- The paper introduces an end-to-end pipeline that fuses focal stack and single-image depth cues to produce robust metric depth maps on mobile devices.
- The method employs least-squares fitting and a deep refinement layer, achieving a 13% improvement in key metrics on datasets like NYU Depth v2.
- The approach offers efficient inference and superior zero-shot performance, underlining its potential for real-time mobile AR applications.
HybridDepth: Robust Depth Fusion for Mobile AR by Leveraging Depth from Focus and Single-Image Priors
Introduction
HybridDepth presents a robust pipeline for depth estimation explicitly designed for mobile augmented reality (AR) applications. The system addresses typical challenges inherent in depth estimation for mobile AR, including scale ambiguity, hardware heterogeneity, and generalizability. By leveraging both depth from focus (DFF) and single-image depth priors, HybridDepth achieves accurate and generalizable depth maps, outperforming state-of-the-art (SOTA) models across multiple benchmarks.
Key Contributions
HybridDepth's primary contributions are threefold:
- End-to-End Pipeline: HybridDepth integrates focal stack information with relative depth estimation to achieve robust metric depth maps, ensuring it can operate with the limited hardware capabilities of mobile devices.
- State-of-the-Art Performance: HybridDepth outperforms existing SOTA methods, including recent advancements such as DepthAnything, on datasets like NYU Depth v2, DDFF12, and ARKitScenes.
- Generalization: The model demonstrates superior zero-shot performance, particularly on AR-specific datasets, highlighting its robustness across diverse and unforeseen environments.
Methodology
HybridDepth employs a three-phase approach:
- Capture Relative and Metric Depth: Two modules are utilized: a single-image relative depth estimator and a DFF metric depth estimator. The single-image model lays the structural foundation while the DFF estimator provides the necessary metric depth.

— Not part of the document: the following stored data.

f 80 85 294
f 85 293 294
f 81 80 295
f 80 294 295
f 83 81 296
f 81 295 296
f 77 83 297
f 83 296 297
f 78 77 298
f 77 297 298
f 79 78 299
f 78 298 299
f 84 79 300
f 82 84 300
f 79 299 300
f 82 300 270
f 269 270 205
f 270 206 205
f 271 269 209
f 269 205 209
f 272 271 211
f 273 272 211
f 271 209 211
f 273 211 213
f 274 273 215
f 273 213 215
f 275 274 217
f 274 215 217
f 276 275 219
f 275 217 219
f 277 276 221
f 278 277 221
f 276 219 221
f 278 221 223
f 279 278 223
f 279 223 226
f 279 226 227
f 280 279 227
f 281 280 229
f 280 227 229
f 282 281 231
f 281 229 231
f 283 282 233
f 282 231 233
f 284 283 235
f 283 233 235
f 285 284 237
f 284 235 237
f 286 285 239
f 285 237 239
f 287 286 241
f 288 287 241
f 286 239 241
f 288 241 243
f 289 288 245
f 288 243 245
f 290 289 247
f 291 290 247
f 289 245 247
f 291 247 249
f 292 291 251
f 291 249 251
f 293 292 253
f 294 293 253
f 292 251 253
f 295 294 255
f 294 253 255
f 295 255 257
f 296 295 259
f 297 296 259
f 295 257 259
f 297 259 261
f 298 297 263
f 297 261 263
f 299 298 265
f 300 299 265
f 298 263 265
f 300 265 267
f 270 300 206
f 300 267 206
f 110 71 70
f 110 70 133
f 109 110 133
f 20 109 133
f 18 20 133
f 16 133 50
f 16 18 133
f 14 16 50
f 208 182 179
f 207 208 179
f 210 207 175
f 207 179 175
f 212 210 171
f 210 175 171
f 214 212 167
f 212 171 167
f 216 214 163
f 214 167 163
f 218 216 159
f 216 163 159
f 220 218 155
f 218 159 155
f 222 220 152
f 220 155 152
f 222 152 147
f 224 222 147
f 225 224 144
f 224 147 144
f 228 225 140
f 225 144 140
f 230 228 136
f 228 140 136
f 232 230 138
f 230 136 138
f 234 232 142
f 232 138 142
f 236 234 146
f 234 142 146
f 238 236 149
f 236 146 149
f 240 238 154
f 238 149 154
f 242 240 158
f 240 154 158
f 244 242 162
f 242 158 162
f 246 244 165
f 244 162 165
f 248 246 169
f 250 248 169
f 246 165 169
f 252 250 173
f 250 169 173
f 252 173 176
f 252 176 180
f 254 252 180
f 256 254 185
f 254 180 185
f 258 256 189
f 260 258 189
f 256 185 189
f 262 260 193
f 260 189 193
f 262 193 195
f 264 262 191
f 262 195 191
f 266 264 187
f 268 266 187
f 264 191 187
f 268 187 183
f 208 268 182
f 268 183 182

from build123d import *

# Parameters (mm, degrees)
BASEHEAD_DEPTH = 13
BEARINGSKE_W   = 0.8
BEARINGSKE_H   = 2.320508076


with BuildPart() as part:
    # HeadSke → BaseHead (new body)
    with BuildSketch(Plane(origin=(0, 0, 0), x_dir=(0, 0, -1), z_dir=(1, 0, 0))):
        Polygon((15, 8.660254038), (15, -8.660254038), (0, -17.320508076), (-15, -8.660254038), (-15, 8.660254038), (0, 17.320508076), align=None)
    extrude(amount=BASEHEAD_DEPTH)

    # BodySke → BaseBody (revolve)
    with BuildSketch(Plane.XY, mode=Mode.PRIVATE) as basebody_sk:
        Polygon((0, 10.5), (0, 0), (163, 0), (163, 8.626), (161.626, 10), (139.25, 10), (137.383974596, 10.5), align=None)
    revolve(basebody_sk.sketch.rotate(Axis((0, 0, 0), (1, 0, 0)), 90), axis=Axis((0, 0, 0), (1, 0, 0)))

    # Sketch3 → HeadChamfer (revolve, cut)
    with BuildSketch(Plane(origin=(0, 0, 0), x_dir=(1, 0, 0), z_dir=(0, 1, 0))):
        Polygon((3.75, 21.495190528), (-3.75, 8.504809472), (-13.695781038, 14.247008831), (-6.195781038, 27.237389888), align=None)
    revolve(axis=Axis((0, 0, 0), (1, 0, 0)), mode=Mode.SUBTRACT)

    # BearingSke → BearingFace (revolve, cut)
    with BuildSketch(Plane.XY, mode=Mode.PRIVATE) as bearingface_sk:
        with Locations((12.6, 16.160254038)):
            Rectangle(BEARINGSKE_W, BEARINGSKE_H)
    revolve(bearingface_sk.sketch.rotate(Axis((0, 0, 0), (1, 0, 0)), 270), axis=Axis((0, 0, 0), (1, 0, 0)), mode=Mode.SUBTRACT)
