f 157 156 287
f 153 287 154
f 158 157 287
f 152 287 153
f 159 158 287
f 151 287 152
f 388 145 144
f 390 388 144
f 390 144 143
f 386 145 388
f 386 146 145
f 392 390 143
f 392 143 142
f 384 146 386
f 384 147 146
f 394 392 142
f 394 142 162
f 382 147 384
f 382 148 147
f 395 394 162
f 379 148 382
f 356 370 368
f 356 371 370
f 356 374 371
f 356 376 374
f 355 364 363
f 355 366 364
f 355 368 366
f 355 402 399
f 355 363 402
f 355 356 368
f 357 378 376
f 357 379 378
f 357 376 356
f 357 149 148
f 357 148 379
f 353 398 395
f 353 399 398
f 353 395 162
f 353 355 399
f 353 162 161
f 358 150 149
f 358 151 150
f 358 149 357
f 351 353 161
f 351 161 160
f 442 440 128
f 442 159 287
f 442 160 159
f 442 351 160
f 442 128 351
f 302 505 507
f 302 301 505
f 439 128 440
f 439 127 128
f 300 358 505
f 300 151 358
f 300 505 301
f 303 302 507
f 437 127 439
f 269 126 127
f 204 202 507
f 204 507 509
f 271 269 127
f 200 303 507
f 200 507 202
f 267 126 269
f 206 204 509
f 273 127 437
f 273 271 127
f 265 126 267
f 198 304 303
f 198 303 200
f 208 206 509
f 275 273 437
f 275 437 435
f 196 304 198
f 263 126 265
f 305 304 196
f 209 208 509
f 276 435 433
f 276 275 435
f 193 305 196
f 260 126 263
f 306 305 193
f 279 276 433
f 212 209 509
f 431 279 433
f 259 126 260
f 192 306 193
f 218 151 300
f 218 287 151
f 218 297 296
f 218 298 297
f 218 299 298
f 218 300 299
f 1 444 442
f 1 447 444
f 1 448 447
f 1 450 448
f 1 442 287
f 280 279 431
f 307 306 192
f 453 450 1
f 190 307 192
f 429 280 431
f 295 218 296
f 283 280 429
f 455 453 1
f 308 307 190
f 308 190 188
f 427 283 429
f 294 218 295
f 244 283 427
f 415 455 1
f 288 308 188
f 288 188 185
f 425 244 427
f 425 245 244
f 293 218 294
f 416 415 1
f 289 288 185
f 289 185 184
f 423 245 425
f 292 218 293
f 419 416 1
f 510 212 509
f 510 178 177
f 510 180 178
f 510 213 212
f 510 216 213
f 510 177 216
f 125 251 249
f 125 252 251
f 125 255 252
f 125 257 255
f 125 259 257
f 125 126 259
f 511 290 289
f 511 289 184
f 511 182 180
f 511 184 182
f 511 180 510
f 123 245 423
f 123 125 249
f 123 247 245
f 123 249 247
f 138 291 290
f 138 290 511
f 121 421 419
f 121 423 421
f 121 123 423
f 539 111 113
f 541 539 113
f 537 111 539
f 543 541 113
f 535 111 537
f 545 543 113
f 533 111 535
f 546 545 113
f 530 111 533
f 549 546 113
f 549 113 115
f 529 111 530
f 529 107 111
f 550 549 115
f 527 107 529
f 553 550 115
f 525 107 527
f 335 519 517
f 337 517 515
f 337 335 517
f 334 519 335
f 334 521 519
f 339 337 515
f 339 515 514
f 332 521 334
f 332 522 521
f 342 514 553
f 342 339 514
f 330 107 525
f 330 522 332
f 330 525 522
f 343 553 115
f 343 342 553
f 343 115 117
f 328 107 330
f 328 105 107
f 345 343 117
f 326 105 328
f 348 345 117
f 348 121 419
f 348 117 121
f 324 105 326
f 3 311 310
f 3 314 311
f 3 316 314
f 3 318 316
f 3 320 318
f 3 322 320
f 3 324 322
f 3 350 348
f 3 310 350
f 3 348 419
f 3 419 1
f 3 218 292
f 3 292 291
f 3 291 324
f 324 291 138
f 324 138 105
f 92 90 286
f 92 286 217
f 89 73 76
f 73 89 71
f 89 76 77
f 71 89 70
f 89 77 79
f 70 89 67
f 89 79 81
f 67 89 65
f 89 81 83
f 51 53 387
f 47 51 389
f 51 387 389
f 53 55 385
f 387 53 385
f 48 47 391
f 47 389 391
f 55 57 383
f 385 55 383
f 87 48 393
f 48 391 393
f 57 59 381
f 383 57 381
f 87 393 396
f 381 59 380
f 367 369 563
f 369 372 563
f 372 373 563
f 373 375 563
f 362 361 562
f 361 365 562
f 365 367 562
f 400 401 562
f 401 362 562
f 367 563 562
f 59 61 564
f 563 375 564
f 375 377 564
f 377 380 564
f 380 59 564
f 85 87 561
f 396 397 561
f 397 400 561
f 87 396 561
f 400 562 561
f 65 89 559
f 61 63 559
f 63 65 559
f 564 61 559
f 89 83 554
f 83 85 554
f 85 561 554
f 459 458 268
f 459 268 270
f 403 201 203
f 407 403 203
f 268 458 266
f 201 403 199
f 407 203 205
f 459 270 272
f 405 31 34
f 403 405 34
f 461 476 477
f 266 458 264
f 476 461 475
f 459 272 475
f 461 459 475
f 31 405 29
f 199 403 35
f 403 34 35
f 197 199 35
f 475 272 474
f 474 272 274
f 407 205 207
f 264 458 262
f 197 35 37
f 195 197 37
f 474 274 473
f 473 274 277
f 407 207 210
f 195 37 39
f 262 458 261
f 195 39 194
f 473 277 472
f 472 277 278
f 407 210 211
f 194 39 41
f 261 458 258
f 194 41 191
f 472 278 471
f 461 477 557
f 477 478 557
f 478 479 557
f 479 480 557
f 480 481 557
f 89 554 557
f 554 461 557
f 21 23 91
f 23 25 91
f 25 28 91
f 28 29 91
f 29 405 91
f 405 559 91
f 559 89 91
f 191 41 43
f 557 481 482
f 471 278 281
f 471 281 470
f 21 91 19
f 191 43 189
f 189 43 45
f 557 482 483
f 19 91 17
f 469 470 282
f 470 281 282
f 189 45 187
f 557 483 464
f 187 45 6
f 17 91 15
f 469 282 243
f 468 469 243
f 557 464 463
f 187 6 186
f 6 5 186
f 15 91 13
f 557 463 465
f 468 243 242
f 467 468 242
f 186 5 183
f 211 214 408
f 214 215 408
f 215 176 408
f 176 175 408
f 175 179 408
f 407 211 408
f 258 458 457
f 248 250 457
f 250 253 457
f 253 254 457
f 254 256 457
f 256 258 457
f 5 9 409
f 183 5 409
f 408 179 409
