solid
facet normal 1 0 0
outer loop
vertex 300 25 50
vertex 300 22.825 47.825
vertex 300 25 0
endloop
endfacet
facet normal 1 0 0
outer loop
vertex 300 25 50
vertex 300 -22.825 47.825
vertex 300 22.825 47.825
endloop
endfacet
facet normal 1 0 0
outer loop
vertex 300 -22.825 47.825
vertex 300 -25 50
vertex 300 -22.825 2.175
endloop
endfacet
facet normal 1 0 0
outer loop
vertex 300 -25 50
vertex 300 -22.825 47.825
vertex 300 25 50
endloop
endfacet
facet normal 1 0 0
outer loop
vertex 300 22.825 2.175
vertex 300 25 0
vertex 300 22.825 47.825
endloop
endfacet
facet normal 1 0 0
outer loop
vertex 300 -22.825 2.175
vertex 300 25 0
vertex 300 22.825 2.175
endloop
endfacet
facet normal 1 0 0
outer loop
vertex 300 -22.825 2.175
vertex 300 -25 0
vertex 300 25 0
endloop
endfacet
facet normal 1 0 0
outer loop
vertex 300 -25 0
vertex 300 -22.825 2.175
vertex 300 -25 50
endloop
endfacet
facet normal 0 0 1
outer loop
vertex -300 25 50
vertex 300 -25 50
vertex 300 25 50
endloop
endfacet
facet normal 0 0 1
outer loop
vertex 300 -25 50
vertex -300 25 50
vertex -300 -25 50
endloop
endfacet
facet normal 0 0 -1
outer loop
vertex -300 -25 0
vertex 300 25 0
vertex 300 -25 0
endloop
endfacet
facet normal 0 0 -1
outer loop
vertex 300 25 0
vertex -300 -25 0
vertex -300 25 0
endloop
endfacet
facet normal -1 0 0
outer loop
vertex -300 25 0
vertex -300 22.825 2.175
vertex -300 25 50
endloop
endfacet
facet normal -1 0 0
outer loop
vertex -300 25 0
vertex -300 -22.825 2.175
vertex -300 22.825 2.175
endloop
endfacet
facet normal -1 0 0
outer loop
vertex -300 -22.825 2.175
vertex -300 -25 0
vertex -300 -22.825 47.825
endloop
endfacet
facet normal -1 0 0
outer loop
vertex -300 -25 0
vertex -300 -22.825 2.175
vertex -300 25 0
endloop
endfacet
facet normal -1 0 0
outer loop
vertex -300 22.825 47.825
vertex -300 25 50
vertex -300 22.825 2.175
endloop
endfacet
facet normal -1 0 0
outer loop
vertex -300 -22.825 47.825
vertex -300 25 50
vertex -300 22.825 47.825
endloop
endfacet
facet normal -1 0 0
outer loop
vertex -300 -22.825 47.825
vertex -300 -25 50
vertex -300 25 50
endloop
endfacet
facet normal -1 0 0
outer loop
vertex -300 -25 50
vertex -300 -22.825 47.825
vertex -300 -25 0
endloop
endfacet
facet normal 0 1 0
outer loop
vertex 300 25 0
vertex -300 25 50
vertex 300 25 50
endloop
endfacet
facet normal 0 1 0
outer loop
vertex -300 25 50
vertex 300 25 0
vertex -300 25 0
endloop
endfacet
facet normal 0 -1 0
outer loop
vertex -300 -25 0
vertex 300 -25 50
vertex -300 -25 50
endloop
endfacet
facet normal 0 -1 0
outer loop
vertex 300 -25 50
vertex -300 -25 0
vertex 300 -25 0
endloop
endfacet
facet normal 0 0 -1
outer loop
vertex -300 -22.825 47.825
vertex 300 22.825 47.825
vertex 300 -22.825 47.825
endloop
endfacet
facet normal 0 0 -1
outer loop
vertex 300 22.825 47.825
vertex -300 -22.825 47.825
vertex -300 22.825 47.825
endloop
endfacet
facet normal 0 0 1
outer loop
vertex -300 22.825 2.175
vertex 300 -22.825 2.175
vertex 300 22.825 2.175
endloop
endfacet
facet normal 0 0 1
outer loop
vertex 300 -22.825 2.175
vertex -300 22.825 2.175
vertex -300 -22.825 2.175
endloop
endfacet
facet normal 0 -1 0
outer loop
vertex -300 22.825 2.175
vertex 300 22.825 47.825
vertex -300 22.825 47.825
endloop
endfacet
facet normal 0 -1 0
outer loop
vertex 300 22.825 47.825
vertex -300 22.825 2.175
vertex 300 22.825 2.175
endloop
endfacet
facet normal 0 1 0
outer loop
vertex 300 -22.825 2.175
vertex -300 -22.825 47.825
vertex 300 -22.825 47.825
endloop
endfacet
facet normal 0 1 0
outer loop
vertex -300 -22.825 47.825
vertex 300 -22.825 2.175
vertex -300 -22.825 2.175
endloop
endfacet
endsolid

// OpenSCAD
// Generated mass-constrained structural surrogate, not OEM geometry.
// No interface coordinates, tolerances, fitment or manufacturing credit.
// The uniform square tube is one mathematical witness compatible with envelope and mass.

$fn = 48;
length_mm = 600.000000;
outer_mm = 50.000000;
wall_mm = 2.175319724;
inner_mm = outer_mm - 2 * wall_mm;

difference() {
    translate([-length_mm / 2, -outer_mm / 2, 0])
        cube([length_mm, outer_mm, outer_mm], center = false);
    translate([-length_mm / 2 - 1, -inner_mm / 2, wall_mm])
        cube([length_mm + 2, inner_mm, inner_mm], center = false);
}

- Least-Squares Fitting: This phase aligns the scale of relative depth estimates with metric depths derived from the DFF model using least-squares fitting.
- Refinement Layer: A final deep learning-based refinement layer corrects and fine-tunes the intermediate depth map using a locally-adaptive scale map, derived from the DFF branch and the globally scaled depth map.
Results and Evaluation
NYU Depth v2 and DDFF12: HybridDepth achieves a 13% improvement in RMSE and AbsRel metrics on the NYU Depth v2 dataset compared to recent approaches. On DDFF12, it demonstrates superior performance, showcasing its utility even on data with large texture-less areas.
ARKitScenes: In both zero-shot and trained evaluations, HybridDepth achieves unprecedented performance, with an RMSE of 0.367 and 0.254 in zero-shot and trained settings, respectively. This highlights the model's ability to handle complex, AR-specific scenarios effectively.
Model Efficiency: When compared to SOTA models like ZoeDepth and DepthAnything, HybridDepth offers significantly shorter inference times and a smaller model size, making it highly suitable for real-time mobile applications.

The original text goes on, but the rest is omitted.